Eventually she did contact them and asked if Janina could meet her at one of the sisters’ other properties, further south on the island.

She wanted Janina to come alone while Sasha was at school. ’

CRISTY: ‘Why another property, and why alone?’

LUKAS: ‘She said it was because she didn’t want her sister, Mia, to know anything yet, and she didn’t want Gabe there because she was afraid he might try to harm her.’

Cristy glanced at Gabe. He didn’t appear at all intimidating now, but she couldn’t deny she’d considered him sinister in the photos she’d seen of him from that era.

LUKAS: ‘So Janina took the little car she and Gabe had bought to get around the island, while he waited at their rented apartment for her to come back with news. When she left he had no idea that was the last time he’d see her.’

Cristy’s heart clenched. This wasn’t what she’d expected to hear, although she had no clear sense of what she’d been thinking, where she’d imagined this would go.

GABE: ‘Have you seen her? Do you know where she is?’

Cristy stared at him helplessly, having no idea whether Gabe believed she could answer that, or if he simply couldn’t let go of what was surely a vain and desperate hope.

CRISTY: ‘You must have gone to the sisters’ house to find out what had happened to her?’

LUKAS: ‘Yes, he did, but Lottie told him she’d waited all day at the other property and Janina hadn’t turned up. He began searching the island, desperate to find her, and in the end Lottie said they should go to the police, as long as he swore not to mention anything about Sadie.

‘The car was found the next day, at the bottom of a ravine not far from the address where Lottie had waited. It was a dangerous stretch of road, there had been accidents there before, people who didn’t know the island … Nina wasn’t in the car, and they never recovered her body.’

Realizing that must be why Gabe was unable to give up hope of finding Janina alive, Cristy allowed several moments to pass before continuing.

CRISTY: ‘Do you think Lottie is responsible for whatever happened to Janina?’

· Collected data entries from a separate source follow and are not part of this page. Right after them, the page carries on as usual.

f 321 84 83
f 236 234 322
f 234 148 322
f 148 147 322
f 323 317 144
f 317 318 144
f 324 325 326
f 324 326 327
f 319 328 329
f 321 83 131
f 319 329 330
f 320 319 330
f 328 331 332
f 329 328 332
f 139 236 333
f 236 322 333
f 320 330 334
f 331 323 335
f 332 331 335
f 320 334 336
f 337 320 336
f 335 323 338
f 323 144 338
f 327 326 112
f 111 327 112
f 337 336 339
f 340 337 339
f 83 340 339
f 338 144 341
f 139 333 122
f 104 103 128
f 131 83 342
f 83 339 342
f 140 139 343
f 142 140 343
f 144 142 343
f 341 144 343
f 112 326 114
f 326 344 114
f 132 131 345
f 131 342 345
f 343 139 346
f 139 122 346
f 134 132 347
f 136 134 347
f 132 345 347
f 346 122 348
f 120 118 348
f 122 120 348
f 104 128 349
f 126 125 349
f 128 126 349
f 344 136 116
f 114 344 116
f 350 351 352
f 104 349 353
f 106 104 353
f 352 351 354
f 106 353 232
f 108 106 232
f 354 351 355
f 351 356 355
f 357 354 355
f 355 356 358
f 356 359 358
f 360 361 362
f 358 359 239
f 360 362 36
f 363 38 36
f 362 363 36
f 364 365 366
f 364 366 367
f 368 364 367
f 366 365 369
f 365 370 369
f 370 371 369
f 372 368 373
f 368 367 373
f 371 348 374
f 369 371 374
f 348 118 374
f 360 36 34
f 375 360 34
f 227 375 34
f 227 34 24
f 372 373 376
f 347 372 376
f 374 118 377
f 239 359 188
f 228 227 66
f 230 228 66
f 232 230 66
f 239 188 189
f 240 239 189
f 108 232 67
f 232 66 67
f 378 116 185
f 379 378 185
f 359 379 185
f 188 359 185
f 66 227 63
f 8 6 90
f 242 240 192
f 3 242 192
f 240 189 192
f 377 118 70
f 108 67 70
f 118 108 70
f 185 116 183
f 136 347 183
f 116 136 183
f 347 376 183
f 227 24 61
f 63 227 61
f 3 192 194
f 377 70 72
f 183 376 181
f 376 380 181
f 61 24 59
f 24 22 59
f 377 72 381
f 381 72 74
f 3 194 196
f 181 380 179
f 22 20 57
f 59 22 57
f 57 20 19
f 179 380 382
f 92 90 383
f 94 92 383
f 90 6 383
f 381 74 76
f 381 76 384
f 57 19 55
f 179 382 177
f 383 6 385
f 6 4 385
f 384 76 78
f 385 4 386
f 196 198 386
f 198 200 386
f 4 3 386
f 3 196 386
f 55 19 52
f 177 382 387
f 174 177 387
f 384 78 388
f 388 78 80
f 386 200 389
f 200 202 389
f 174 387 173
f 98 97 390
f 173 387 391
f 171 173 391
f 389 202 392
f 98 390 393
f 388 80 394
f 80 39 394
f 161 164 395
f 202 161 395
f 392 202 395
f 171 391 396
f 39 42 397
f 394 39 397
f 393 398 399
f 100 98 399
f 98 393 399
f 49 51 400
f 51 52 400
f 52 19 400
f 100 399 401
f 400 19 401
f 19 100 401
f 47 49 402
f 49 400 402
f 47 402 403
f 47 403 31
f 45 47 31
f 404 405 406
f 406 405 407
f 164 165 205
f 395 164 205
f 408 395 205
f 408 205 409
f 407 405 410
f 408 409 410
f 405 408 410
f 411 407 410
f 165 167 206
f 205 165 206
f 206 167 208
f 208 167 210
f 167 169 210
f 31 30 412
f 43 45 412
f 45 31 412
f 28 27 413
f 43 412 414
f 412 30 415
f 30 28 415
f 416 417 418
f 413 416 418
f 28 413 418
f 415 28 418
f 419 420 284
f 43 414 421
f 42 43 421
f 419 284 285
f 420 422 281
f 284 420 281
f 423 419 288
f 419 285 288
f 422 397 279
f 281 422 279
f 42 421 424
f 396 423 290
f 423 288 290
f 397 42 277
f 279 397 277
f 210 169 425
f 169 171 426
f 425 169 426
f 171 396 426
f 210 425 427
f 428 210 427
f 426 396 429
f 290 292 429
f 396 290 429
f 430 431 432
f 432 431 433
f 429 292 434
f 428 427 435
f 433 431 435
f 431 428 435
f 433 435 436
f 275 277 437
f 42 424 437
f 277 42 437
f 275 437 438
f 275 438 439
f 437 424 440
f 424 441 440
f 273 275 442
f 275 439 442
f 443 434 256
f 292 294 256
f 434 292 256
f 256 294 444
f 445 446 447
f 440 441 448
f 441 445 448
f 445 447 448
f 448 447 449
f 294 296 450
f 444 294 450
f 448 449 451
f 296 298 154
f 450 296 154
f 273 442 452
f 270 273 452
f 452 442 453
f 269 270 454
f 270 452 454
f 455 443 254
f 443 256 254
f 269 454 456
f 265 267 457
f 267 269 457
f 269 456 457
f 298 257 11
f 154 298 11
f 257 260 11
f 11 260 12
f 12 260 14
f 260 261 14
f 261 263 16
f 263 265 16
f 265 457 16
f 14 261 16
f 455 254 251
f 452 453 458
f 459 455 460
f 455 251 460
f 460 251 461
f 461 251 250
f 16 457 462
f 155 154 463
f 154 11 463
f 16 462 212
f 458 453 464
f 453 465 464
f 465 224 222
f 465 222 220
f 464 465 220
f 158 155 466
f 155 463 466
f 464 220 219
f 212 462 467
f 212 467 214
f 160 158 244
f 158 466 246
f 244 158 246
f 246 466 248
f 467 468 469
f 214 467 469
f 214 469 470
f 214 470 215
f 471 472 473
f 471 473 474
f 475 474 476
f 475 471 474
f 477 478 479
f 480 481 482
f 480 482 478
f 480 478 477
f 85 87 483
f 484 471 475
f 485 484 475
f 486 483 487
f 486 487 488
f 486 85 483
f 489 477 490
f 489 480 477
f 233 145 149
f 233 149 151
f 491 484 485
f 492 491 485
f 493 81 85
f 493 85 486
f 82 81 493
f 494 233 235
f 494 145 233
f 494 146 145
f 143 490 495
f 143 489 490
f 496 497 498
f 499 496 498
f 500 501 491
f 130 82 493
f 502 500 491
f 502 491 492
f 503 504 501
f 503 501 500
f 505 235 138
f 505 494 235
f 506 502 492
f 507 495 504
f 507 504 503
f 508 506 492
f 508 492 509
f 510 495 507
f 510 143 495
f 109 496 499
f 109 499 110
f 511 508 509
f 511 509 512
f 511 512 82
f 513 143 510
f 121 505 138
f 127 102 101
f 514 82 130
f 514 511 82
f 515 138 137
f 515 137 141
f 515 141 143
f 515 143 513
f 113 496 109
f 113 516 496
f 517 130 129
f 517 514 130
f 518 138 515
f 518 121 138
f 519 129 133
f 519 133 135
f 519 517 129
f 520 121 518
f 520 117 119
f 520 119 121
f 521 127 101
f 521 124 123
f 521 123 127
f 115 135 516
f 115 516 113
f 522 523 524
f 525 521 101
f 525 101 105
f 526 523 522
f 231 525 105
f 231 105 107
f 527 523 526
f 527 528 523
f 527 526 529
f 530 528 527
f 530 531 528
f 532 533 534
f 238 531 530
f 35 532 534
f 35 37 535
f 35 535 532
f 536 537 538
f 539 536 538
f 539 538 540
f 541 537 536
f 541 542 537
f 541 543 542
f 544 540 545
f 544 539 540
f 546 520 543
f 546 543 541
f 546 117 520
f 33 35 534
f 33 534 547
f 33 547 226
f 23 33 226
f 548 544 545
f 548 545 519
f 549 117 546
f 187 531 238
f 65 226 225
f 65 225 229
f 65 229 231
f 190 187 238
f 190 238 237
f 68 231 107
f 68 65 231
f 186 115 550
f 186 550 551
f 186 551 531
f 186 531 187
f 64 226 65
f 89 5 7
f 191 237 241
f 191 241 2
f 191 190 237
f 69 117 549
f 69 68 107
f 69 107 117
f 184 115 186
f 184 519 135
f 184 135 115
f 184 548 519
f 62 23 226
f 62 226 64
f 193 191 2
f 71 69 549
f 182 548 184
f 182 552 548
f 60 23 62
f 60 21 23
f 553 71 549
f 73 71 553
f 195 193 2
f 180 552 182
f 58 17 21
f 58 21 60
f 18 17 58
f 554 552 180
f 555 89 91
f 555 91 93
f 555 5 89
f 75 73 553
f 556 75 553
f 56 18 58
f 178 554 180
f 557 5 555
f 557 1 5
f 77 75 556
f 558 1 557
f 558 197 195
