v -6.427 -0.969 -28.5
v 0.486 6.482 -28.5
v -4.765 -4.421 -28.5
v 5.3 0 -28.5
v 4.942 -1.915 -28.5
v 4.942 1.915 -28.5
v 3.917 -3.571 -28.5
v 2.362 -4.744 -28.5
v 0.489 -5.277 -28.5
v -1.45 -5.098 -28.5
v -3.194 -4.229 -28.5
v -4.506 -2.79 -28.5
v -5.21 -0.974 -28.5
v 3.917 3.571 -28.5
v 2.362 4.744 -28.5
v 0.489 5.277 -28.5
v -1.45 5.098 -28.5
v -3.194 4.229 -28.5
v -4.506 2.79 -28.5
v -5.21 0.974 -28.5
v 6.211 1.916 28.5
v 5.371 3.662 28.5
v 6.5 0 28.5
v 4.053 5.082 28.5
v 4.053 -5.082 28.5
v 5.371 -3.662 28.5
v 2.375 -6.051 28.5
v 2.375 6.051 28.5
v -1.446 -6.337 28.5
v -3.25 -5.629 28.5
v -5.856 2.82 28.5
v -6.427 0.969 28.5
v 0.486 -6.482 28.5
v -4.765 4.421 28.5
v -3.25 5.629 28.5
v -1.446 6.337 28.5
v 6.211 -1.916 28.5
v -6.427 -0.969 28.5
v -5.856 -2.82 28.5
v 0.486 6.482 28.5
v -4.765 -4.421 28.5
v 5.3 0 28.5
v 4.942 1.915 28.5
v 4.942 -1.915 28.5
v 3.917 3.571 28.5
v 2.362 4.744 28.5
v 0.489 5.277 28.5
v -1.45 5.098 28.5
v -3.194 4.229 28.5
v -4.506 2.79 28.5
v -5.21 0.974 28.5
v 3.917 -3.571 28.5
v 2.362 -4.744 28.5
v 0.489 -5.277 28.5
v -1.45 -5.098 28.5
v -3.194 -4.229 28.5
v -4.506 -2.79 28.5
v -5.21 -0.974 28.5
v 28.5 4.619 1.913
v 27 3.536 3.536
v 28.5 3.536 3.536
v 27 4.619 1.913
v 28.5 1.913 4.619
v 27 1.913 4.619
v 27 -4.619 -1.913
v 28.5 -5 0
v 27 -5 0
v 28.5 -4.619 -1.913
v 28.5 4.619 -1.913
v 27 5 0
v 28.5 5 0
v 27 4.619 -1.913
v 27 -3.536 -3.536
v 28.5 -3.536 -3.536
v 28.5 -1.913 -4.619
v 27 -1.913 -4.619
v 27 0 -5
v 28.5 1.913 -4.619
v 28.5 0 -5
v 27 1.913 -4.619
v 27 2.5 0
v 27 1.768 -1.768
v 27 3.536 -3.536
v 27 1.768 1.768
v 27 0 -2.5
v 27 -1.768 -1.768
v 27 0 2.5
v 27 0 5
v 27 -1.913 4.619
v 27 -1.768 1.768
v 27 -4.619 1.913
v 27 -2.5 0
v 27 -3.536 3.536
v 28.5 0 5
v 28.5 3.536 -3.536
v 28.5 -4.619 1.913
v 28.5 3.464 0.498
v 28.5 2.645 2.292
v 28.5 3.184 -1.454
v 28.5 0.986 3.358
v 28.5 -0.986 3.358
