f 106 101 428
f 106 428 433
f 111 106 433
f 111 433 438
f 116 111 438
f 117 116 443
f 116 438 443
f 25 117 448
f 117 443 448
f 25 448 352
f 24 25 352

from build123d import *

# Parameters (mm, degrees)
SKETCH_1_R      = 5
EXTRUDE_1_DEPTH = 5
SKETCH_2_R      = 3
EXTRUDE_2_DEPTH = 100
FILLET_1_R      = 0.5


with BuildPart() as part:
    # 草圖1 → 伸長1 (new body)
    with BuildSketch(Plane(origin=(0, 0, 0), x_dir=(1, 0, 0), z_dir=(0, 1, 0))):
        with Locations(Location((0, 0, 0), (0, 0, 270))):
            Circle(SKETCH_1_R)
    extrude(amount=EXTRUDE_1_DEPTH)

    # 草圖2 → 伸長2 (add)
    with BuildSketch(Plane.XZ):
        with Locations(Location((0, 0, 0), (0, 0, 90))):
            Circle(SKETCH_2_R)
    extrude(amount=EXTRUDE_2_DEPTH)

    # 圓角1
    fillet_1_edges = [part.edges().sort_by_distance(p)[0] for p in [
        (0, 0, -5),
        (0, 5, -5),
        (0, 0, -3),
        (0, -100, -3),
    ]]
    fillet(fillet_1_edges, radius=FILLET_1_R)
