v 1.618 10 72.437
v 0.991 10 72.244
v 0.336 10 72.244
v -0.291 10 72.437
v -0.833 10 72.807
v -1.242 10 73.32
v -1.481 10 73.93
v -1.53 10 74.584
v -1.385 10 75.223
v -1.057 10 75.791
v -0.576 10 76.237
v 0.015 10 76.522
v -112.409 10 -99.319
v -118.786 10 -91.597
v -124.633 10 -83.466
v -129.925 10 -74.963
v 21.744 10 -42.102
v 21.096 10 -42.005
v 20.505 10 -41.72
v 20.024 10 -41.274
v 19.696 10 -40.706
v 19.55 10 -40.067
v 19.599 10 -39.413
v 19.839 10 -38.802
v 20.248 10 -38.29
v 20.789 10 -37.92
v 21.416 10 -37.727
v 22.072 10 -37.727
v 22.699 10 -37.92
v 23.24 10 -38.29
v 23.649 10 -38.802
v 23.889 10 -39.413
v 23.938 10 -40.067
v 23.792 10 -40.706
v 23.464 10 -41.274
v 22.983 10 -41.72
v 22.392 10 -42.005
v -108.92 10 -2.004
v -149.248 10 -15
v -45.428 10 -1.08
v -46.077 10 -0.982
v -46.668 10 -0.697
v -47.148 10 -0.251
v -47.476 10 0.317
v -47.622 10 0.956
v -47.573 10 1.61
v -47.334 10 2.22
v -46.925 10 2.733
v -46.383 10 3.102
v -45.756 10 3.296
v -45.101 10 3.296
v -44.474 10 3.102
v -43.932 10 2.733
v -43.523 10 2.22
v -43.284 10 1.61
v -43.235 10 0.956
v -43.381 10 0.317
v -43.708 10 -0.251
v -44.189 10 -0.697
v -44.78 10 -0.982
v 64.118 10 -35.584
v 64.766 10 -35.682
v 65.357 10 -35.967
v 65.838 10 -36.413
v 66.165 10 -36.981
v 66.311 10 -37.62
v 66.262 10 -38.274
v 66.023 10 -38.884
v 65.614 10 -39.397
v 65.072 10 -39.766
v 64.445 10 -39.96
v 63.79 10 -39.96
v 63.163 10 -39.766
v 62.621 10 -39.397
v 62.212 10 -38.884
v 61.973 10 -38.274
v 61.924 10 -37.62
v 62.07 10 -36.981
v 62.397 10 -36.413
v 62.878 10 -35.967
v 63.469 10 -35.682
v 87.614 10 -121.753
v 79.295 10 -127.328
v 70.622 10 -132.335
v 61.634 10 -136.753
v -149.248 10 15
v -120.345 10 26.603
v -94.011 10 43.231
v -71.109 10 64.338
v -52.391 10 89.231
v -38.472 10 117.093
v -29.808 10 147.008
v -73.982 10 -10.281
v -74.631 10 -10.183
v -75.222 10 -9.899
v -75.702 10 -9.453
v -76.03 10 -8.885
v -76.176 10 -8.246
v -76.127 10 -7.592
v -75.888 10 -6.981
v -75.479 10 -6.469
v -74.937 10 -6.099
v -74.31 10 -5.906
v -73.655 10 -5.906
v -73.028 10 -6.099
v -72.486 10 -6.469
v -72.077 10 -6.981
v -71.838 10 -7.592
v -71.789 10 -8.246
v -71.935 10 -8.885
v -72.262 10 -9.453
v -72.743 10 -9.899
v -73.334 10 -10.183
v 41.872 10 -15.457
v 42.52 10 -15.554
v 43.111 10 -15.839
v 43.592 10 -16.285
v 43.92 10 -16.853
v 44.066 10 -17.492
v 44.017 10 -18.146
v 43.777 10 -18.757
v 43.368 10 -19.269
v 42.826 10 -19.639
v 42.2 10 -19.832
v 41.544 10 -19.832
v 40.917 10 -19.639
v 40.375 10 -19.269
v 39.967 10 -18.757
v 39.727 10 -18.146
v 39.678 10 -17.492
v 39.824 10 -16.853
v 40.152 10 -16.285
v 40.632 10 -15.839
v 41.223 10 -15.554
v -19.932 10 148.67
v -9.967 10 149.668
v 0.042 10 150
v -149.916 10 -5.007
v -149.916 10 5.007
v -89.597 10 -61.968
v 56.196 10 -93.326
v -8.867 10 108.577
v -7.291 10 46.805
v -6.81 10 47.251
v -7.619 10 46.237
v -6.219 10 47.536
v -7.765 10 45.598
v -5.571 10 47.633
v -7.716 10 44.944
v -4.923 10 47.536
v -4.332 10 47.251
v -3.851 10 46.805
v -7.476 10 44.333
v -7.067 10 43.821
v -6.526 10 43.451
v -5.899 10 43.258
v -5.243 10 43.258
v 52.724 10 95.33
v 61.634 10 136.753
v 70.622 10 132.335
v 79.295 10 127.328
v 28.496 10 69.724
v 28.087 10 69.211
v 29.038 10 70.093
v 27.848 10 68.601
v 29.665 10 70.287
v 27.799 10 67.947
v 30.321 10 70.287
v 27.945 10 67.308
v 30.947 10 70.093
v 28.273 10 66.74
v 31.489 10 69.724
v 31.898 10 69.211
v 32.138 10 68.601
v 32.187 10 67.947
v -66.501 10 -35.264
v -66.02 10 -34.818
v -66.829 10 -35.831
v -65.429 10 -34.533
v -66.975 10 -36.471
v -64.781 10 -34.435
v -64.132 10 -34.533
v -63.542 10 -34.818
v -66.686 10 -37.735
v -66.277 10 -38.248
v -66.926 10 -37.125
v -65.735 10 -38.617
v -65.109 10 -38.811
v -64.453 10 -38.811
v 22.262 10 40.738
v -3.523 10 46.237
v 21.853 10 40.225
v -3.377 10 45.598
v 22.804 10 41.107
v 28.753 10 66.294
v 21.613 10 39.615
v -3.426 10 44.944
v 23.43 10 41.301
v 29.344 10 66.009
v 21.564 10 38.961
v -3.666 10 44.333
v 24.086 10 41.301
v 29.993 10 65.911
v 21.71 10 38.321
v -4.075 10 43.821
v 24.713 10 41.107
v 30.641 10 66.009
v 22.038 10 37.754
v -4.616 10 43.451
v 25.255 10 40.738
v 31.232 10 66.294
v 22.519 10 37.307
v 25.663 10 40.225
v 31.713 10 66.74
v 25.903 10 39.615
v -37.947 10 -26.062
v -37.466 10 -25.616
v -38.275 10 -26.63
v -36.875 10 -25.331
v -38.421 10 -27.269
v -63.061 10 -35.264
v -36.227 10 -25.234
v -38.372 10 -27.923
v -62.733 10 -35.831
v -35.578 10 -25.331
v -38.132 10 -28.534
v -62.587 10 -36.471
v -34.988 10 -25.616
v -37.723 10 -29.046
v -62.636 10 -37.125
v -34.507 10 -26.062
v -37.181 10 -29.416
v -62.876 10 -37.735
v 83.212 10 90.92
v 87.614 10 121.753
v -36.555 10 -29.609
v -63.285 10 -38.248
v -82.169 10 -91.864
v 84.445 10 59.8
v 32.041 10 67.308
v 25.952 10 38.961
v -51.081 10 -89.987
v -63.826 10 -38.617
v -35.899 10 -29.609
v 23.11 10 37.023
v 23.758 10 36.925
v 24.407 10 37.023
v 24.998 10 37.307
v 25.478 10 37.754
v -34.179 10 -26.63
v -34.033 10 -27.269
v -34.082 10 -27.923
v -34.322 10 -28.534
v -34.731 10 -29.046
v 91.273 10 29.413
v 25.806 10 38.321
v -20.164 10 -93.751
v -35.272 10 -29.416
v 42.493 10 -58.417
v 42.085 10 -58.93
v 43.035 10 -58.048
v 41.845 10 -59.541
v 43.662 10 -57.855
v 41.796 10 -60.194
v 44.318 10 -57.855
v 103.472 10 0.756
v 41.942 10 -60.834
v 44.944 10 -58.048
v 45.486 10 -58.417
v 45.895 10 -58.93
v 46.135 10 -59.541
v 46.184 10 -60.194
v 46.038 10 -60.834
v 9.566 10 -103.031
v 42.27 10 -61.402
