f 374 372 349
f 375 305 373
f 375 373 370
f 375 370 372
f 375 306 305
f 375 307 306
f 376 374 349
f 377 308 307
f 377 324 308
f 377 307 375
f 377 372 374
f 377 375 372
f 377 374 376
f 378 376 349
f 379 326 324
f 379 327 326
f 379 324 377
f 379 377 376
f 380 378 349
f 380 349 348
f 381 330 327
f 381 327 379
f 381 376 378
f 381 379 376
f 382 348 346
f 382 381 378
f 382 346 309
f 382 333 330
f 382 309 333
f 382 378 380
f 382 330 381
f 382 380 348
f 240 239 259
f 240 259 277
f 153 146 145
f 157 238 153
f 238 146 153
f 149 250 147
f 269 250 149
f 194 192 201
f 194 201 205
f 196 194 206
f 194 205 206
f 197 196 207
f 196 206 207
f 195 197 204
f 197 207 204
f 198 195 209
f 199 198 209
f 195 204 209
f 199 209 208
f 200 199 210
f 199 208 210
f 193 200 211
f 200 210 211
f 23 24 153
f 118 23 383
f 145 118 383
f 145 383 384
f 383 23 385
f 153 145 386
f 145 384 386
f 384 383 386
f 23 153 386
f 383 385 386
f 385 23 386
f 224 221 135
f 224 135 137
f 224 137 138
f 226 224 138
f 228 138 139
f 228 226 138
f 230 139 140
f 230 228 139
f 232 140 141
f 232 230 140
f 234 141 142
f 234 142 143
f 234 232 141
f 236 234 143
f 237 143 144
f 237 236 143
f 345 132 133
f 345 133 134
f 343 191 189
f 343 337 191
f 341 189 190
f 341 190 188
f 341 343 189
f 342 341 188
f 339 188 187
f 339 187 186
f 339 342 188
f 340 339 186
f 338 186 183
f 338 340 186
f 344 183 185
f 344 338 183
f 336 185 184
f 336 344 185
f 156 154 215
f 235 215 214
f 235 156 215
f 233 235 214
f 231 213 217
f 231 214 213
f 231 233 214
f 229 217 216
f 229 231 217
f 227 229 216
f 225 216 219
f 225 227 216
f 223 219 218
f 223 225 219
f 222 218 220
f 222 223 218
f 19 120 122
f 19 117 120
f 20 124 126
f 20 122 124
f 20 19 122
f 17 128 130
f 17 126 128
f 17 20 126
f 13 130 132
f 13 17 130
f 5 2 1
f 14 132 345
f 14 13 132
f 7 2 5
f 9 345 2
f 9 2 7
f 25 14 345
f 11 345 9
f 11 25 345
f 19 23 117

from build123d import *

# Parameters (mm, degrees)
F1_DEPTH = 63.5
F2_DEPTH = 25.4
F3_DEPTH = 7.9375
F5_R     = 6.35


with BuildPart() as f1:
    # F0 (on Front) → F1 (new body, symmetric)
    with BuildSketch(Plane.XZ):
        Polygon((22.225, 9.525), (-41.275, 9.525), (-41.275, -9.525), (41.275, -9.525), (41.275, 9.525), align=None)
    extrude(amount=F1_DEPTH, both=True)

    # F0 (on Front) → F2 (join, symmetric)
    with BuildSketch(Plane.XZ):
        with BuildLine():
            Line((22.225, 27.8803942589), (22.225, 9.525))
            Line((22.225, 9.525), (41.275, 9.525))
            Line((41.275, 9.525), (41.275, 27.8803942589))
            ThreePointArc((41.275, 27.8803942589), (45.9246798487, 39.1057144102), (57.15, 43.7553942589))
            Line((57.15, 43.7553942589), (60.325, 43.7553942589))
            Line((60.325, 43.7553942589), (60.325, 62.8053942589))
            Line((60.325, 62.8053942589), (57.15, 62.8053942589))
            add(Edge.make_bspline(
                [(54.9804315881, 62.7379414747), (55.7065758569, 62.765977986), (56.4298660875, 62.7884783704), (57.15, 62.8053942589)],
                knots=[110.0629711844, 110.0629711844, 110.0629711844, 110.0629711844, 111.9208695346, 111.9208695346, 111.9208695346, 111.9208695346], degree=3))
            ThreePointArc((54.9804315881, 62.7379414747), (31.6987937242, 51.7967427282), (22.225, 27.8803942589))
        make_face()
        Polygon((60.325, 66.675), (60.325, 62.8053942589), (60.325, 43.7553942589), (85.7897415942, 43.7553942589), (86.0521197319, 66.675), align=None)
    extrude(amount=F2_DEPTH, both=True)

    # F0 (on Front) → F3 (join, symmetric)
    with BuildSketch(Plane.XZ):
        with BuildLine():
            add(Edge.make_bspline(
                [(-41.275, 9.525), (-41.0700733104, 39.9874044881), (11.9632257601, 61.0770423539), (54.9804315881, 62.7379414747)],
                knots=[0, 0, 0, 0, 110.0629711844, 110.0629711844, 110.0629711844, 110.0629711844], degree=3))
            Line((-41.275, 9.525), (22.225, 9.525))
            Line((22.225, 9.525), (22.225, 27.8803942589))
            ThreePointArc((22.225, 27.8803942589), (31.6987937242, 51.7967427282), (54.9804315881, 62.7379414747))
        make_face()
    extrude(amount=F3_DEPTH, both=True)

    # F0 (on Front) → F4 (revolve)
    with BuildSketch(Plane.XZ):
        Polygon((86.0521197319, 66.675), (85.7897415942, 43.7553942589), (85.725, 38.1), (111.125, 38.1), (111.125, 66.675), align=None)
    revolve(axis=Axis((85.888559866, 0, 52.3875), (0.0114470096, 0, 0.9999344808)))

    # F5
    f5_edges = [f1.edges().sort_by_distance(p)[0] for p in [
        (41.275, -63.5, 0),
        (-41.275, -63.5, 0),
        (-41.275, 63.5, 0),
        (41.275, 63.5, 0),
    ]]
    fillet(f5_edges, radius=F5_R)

Lukas looked at Gabe and more hushed seconds passed, filled only by the twitter and song of birds and, strangely, another drift of the exquisite, unidentifiable perfume.

GABE: ‘I did think that for a while, I was certain of it, but now I believe that Albescu Junior’s people managed to find us and they … they took her away.’

Cristy thought of the café photographs and wondered again who had taken them. Whoever it was, they’d ended up with Lottie, so did that mean Albescu had not only found Janina, but a way to extract money from the women who had the child?